Ramchander Rao started his legal practice in Hyderabad in the year 1986 and was later designated as senior advocate in the year 2012 by the erstwhile High Court of Andhra Pradesh. In the year 2011, he was elected as a member of the Bar Council of India. He has also been BJP's Chief Spokesperson and the General Secretary of undivided Andhra Pradesh State.

==Family ==

Ramchander Rao born in a Brahmin Family Hailing from Nallabandagudem near Kodad, Suryapet district. Ramchander Rao's father, Professor NVRLN Rao, was Dean of the Faculty of Engineering for Osmania University. His daughter Amuktha Naraparaju is based in Australia working as Director in the IT sector. His son Avaneesh Naraparaju is a practicing lawyer at Telangana High Court. His wife Savithri died in 2017 from prolonged illness.

==Early life==

Mr. Ramchander Rao had attended his early education in Ranchi, Jharkand state(erstwhile Bihar state) as mr. Rao’s father was working at BITS, Ranchi as a professor and later mr. Rao attended Kendriya Vidyalaya in Picket Secunderabad wherein he had completed his school education.

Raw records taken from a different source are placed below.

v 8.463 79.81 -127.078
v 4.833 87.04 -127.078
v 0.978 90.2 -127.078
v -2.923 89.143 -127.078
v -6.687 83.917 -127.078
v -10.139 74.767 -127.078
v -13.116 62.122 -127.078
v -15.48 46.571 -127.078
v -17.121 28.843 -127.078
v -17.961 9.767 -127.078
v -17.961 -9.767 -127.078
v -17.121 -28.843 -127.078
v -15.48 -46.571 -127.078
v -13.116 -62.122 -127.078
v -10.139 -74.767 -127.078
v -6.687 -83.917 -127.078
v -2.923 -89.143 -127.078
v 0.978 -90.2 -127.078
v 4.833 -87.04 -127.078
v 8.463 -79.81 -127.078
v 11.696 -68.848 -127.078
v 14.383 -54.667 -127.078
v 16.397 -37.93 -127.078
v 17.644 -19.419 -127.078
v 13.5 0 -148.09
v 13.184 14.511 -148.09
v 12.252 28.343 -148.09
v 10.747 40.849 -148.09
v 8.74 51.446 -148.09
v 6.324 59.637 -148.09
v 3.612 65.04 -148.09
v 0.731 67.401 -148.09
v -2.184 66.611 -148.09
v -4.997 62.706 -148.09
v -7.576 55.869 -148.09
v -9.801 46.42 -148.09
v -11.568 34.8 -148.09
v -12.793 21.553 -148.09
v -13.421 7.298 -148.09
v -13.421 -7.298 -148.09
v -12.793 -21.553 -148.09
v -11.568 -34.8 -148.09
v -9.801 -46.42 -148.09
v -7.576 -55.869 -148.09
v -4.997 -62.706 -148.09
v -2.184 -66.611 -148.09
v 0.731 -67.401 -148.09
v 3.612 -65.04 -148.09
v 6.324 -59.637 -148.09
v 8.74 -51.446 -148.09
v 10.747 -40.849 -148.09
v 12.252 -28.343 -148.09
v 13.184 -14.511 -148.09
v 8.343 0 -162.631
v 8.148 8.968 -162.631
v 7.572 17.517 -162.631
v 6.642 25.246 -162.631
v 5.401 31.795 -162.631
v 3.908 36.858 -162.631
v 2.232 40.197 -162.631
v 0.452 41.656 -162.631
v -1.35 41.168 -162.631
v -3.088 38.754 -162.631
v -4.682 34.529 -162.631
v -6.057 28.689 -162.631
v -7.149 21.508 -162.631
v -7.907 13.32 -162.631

Thereafter, mr. Rao had pursued BA in Railway Degree College Secunderabad in 1980. For three consecutive years, he was elected President of the Students' Union (affiliated to Akhil Bharatiya Vidyarthi Parishad, (ABVP)) while studying Bachelor of Arts at Railway Degree College.

He secured a Master of Arts (Political Science) from Osmania University in 1982, wherein he stood second in the entrance examinations. He later earned an LLB degree from Osmania University in the year 1985. For two terms, he was elected as secretary (ABVP) of Osmania Law College Student Union.

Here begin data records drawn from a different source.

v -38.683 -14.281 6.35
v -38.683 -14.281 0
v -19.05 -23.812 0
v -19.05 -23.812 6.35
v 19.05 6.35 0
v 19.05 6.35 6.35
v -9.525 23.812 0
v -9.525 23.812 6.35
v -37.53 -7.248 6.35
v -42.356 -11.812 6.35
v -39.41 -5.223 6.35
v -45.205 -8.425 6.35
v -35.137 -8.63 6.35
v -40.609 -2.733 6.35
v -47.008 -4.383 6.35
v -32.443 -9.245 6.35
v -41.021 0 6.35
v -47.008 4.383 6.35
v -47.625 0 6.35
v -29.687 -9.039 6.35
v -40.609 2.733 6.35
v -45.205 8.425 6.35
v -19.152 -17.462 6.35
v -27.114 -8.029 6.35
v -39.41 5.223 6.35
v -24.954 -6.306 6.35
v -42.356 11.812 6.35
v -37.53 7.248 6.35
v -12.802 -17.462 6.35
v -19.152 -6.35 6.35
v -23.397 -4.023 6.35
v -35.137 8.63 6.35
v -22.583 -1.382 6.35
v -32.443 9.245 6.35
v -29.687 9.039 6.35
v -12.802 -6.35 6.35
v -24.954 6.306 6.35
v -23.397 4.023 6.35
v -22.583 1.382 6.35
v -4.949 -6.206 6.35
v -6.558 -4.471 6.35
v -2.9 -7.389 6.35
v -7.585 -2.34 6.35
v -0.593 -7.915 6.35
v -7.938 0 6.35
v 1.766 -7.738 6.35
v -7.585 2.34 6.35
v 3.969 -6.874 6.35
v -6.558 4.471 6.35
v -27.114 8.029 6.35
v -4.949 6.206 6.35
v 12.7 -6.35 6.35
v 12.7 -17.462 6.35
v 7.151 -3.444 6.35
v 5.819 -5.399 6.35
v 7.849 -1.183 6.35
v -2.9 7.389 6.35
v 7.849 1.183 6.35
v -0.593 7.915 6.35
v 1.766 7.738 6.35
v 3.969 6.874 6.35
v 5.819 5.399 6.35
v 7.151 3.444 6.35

He was jailed 14 times during his student years.

==Publications==
- He used to write a column on Sundays named "Legal Corner" in Andhra Jyothy.
- He authored several legal articles to law journals such as Andhra Legal Digest and Andhra Pradesh Legal Journal.
- He has contributed articles to Jana Sandesh
- He has also written many books, the most recent one was on his debates and discussions in the Telangana Legislative Council.

==Positions ==
- 1977-80—President of Students Union, Railway Degree College
- 1982-85— Secretary of Students Union, Osmania University
- 1st State secretary for the Bharatiya Janata Yuva Morcha
- Legal Cell Convener for AP state BJP Unit.
- Joint convener for National Legal Cell
- 2008- —State spokesperson for Bharatiya Janata Party, for undivided Andhra Pradesh
- 2011-2013—Andhra Pradesh State General secretary.
- 2011-19 - Member, Bar Council of India
- 2015-21 - MLC, Telangana for Rangareddy, Mahabubnagar & Hyderabad
- 2017-20- President, BJP Hyderabad
- 2024-Telangana State BJP membership in-charge
- 1 July 2025 - Telangana BJP President

==Legislature==
Rao lost the 2009 election for Member of Legislative Council (MLC) for the Graduates’ constituency for Hyderabad, Ranga Reddy and Mahabubnagar districts.
He contested in 2014 from Malkajgiri, for Member of Legislative Assembly and lost by a narrow margin. In 2015, he won as Member of Legislative Council (MLC) from Mahabubnagar, Ranga Reddy, Hyderabad Graduates Constituency in Telangana as a BJP candidate. Rao lost to Surabhi Vani Devi in 2021 Mahabubnagar-Rangareddy-Hyderabad Graduates’ constituency elections.